• Democratic Kansas Gov. Laura Kelly announced Tuesday that a planned redesign of the state's license plate has been abandoned following public backlash.
  • The navy-and-gold design was castigated as "ugly as sin" and "slapdash and dull," by local media and too similar to New York's old plates by state Attorney General Kris Kobach.
  • "I’ve heard you loud and clear," Kelly said in a Tuesday statement. "Elected officials should be responsive to their constituents."

Kansas has had enough problems with some outsiders seeing it as flyover country, so perhaps it didn't need a new license plate that many people saw as ugly and drab.

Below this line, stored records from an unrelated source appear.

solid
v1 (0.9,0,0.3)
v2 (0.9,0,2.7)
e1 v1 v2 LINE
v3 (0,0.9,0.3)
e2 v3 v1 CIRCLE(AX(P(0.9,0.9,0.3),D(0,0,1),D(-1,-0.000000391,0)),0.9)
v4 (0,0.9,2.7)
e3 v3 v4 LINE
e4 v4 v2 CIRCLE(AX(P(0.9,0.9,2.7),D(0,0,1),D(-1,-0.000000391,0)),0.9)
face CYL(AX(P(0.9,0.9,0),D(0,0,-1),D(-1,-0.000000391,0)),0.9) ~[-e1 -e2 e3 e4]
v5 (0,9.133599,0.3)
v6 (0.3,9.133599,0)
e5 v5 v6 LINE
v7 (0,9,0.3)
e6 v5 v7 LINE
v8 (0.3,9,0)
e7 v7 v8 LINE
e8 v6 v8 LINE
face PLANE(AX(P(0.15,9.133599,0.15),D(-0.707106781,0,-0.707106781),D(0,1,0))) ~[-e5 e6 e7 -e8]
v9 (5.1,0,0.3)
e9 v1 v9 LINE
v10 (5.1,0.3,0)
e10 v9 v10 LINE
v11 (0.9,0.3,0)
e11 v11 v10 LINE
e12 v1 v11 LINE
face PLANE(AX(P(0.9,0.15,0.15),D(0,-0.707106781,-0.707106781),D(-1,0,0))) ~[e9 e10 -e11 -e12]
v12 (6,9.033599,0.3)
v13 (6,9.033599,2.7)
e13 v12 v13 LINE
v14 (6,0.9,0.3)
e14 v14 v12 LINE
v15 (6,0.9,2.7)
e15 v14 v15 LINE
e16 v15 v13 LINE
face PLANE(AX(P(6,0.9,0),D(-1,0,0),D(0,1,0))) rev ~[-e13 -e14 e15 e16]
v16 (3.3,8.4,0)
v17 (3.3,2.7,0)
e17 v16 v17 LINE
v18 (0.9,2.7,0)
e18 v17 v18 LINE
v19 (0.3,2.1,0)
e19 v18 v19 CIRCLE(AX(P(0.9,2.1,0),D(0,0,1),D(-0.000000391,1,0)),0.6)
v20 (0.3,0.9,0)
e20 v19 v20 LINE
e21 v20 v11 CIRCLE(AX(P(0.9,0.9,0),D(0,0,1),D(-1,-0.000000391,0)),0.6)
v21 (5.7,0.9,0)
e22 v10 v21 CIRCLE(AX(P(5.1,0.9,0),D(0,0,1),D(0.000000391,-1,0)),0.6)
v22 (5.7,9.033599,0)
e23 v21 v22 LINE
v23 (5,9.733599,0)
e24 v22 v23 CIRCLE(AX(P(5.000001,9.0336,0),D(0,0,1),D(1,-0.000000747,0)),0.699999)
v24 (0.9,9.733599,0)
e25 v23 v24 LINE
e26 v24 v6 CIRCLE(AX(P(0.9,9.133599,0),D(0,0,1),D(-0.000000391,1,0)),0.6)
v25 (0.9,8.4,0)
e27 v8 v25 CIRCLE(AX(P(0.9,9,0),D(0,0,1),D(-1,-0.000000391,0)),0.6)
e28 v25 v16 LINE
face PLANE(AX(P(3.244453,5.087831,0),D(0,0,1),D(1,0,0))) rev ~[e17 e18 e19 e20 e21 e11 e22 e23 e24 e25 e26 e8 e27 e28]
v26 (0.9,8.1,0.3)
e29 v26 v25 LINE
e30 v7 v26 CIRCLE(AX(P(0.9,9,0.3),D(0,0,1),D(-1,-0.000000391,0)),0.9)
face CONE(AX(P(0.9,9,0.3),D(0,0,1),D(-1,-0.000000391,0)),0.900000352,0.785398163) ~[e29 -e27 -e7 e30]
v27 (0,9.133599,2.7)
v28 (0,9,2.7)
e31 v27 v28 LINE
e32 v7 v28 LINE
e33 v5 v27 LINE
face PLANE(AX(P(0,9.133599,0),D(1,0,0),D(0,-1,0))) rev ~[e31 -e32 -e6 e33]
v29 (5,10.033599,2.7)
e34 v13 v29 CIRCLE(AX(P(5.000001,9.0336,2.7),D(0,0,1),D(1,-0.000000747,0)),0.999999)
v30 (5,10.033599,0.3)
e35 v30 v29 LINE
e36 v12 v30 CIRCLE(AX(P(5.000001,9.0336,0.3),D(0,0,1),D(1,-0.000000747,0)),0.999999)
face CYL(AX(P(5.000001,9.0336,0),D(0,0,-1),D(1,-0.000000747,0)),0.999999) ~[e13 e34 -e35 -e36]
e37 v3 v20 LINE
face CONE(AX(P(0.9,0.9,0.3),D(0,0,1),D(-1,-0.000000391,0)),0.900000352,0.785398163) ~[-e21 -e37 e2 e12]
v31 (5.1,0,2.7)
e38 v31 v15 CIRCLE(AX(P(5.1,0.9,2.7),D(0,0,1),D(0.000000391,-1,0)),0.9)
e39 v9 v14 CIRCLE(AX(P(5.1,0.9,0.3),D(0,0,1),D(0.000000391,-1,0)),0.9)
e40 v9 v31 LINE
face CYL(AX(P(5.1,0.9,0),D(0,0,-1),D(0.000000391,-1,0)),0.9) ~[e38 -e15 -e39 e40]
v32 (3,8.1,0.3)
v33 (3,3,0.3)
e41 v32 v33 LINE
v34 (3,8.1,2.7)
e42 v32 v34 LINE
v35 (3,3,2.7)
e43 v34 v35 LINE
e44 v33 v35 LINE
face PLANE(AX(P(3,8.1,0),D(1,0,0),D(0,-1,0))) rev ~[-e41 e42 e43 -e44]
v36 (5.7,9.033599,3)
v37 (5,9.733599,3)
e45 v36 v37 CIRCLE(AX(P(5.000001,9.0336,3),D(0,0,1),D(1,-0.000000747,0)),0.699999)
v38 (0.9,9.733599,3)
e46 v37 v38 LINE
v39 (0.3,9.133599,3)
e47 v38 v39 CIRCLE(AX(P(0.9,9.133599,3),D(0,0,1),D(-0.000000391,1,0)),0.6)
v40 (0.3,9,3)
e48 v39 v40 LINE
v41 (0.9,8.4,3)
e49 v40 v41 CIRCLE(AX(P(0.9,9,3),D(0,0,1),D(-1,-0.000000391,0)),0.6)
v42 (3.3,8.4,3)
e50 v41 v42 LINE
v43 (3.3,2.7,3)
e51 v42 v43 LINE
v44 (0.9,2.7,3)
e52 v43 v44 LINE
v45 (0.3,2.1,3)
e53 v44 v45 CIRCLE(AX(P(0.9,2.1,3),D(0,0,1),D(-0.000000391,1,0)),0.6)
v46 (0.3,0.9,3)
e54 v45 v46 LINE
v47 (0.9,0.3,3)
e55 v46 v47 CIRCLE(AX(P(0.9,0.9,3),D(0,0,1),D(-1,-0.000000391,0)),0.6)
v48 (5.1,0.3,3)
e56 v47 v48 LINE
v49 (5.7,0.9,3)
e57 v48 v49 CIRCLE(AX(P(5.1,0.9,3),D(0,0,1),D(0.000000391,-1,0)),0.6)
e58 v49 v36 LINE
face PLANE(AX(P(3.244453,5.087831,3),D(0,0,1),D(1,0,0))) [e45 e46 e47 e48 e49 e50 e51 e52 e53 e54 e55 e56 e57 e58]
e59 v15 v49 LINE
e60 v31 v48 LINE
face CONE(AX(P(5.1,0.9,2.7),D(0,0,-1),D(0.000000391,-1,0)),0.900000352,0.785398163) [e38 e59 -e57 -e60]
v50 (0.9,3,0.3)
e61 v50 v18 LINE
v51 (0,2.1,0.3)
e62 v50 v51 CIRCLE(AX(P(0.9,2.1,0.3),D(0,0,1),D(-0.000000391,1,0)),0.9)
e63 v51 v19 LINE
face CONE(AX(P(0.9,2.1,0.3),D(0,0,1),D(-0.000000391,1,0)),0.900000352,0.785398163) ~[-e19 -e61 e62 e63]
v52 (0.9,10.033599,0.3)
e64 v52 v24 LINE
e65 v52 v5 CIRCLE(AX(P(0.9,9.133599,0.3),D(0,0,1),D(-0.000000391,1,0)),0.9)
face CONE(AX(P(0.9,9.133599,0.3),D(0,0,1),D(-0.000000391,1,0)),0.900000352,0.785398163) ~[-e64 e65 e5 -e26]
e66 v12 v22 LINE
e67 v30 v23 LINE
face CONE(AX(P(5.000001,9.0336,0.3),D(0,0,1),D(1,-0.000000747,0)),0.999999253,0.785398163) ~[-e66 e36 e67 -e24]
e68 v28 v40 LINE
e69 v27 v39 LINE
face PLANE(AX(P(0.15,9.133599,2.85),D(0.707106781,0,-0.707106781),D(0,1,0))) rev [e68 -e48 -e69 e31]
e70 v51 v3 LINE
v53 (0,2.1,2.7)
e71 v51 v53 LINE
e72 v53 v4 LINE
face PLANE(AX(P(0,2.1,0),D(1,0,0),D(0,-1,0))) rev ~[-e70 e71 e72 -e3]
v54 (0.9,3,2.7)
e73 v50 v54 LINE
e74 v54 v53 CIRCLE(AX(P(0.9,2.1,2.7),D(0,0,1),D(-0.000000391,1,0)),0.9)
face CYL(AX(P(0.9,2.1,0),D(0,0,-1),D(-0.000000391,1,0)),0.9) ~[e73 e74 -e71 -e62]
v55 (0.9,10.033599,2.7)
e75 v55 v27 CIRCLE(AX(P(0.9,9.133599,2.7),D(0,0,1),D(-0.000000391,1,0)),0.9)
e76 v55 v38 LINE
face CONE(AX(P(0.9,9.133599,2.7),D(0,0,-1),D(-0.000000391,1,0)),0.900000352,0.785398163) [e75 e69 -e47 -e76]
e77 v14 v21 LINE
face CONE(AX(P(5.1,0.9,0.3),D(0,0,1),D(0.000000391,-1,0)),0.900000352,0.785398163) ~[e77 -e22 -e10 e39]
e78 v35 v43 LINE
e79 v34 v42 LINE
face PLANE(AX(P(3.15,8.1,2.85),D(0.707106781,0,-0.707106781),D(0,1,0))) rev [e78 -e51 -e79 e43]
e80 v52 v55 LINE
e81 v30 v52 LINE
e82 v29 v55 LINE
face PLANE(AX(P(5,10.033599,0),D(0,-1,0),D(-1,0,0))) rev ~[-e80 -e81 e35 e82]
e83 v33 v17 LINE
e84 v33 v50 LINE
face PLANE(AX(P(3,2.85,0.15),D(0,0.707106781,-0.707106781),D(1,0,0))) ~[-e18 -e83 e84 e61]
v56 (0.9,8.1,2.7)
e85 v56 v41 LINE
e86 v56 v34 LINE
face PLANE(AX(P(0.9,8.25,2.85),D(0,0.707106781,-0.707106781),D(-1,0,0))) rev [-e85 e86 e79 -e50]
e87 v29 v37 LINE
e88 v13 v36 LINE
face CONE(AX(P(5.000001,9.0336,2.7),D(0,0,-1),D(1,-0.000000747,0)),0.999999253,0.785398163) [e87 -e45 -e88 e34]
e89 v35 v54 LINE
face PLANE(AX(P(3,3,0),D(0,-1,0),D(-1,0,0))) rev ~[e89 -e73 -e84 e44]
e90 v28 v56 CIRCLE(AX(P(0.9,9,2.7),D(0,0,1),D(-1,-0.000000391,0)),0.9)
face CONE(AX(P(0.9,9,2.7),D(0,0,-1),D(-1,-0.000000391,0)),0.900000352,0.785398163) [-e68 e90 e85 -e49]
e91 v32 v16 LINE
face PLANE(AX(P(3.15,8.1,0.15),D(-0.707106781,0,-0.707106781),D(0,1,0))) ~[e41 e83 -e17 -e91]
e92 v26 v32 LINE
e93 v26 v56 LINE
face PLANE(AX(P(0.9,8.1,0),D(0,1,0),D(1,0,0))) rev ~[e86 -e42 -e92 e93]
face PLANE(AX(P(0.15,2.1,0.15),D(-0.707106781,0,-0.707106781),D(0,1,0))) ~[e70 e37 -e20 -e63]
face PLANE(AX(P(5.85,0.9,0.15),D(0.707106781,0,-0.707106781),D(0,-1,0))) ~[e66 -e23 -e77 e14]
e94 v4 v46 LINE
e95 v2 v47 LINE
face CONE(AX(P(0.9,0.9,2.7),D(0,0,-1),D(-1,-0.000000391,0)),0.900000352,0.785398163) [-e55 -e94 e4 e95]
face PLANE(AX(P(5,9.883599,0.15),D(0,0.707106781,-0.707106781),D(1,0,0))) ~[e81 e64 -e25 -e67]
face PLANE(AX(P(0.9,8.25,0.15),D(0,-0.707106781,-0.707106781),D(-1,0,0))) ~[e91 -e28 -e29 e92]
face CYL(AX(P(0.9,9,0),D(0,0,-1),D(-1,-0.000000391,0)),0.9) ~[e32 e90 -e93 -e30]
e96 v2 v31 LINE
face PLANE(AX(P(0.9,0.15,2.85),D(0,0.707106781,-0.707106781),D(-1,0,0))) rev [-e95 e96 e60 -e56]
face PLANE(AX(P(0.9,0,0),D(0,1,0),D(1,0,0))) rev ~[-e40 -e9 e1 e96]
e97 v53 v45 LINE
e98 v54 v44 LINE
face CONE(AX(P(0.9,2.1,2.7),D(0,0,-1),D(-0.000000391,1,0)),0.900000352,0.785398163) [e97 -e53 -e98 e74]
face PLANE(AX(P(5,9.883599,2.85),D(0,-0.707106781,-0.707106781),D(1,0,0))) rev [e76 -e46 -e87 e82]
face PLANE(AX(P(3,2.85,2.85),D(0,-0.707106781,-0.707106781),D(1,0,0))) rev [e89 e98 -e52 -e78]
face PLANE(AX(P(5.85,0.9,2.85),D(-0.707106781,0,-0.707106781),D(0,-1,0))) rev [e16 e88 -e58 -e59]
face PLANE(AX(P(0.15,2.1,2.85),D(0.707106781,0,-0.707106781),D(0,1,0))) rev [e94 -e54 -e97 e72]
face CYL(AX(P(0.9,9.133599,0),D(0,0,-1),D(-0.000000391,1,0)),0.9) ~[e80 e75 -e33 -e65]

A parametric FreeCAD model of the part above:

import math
import FreeCAD as App
import Part
import Sketcher


def edges_at(feature, points):
    """Names of the edges that pass closest to the given points."""
    edges = feature.Shape.Edges
    near = lambda p: min(range(len(edges)), key=lambda i: edges[i].distToShape(Part.Vertex(*p))[0])
    return sorted({f"Edge{near(p) + 1}" for p in points})

doc = App.newDocument("Part")
body = doc.addObject("PartDesign::Body", "Body")

# Sketch on XY plane
sketch1 = body.newObject("Sketcher::SketchObject", "Sketch")
sketch1.AttachmentSupport = (doc.getObject("XY_Plane"), [""])
sketch1.MapMode = "FlatFace"
sketch1.addGeometry([
    Part.ArcOfCircle(Part.Circle(App.Vector(0.9, 9, 0), App.Vector(0, 0, 1), 0.9), math.radians(-180), math.radians(-90)),  # 0
    Part.LineSegment(App.Vector(0.9, 8.1, 0), App.Vector(3, 8.1, 0)),  # 1
    Part.LineSegment(App.Vector(3, 8.1, 0), App.Vector(3, 3, 0)),  # 2
    Part.LineSegment(App.Vector(3, 3, 0), App.Vector(0.9, 3, 0)),  # 3
    Part.ArcOfCircle(Part.Circle(App.Vector(0.9, 2.1, 0), App.Vector(0, 0, 1), 0.9), math.radians(90), math.radians(180)),  # 4
    Part.LineSegment(App.Vector(0, 2.1, 0), App.Vector(0, 0.9, 0)),  # 5
    Part.ArcOfCircle(Part.Circle(App.Vector(0.9, 0.9, 0), App.Vector(0, 0, 1), 0.9), math.radians(-180), math.radians(-90)),  # 6
    Part.LineSegment(App.Vector(0.9, 0, 0), App.Vector(5.1, 0, 0)),  # 7
    Part.ArcOfCircle(Part.Circle(App.Vector(5.1, 0.9, 0), App.Vector(0, 0, 1), 0.9), math.radians(-90), math.radians(0)),  # 8
    Part.LineSegment(App.Vector(6, 0.9, 0), App.Vector(6, 9.03, 0)),  # 9
    Part.ArcOfCircle(Part.Circle(App.Vector(5, 9.03, 0), App.Vector(0, 0, 1), 1), math.radians(0), math.radians(90)),  # 10
    Part.LineSegment(App.Vector(5, 10.03, 0), App.Vector(0.9, 10.03, 0)),  # 11
    Part.ArcOfCircle(Part.Circle(App.Vector(0.9, 9.13, 0), App.Vector(0, 0, 1), 0.9), math.radians(90), math.radians(180)),  # 12
    Part.LineSegment(App.Vector(0, 9.13, 0), App.Vector(0, 9, 0)),  # 13
], False)
sketch1.addConstraint([
    Sketcher.Constraint("Tangent", 0, 2, 1, 1),
    Sketcher.Constraint("Coincident", 1, 2, 2, 1),
    Sketcher.Constraint("Coincident", 2, 2, 3, 1),
    Sketcher.Constraint("Tangent", 3, 2, 4, 1),
    Sketcher.Constraint("Tangent", 4, 2, 5, 1),
    Sketcher.Constraint("Tangent", 5, 2, 6, 1),
    Sketcher.Constraint("Tangent", 6, 2, 7, 1),
    Sketcher.Constraint("Tangent", 7, 2, 8, 1),
    Sketcher.Constraint("Tangent", 8, 2, 9, 1),
    Sketcher.Constraint("Tangent", 9, 2, 10, 1),
    Sketcher.Constraint("Tangent", 10, 2, 11, 1),
    Sketcher.Constraint("Tangent", 11, 2, 12, 1),
    Sketcher.Constraint("Tangent", 12, 2, 13, 1),
    Sketcher.Constraint("Tangent", 13, 2, 0, 1),
    Sketcher.Constraint("Horizontal", 1),
    Sketcher.Constraint("Vertical", 2),
    Sketcher.Constraint("Horizontal", 3),
    Sketcher.Constraint("Vertical", 5),
    Sketcher.Constraint("Horizontal", 7),
    Sketcher.Constraint("Vertical", 9),
    Sketcher.Constraint("Horizontal", 11),
    Sketcher.Constraint("Vertical", 13),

Democratic Gov. Laura Kelly announced Tuesday that in response to criticism of a new navy blue and deep gold plate, she had slammed the brakes on its production — only six days after her office unveiled the design. Facing a threat that the Republican-controlled Legislature would intervene, she promised an eventual public vote on several possible designs.

The now-disfavored design was mostly gold with a navy strip across the top, navy numbers and no art. It was a sharp break with the current plate, which is pale blue with navy letters and numbers and features an embossed representation of the state seal, mostly in white. Those plates have deteriorated over the years, and many are difficult for law enforcement to read, according to the state Department of Revenue, which issues them.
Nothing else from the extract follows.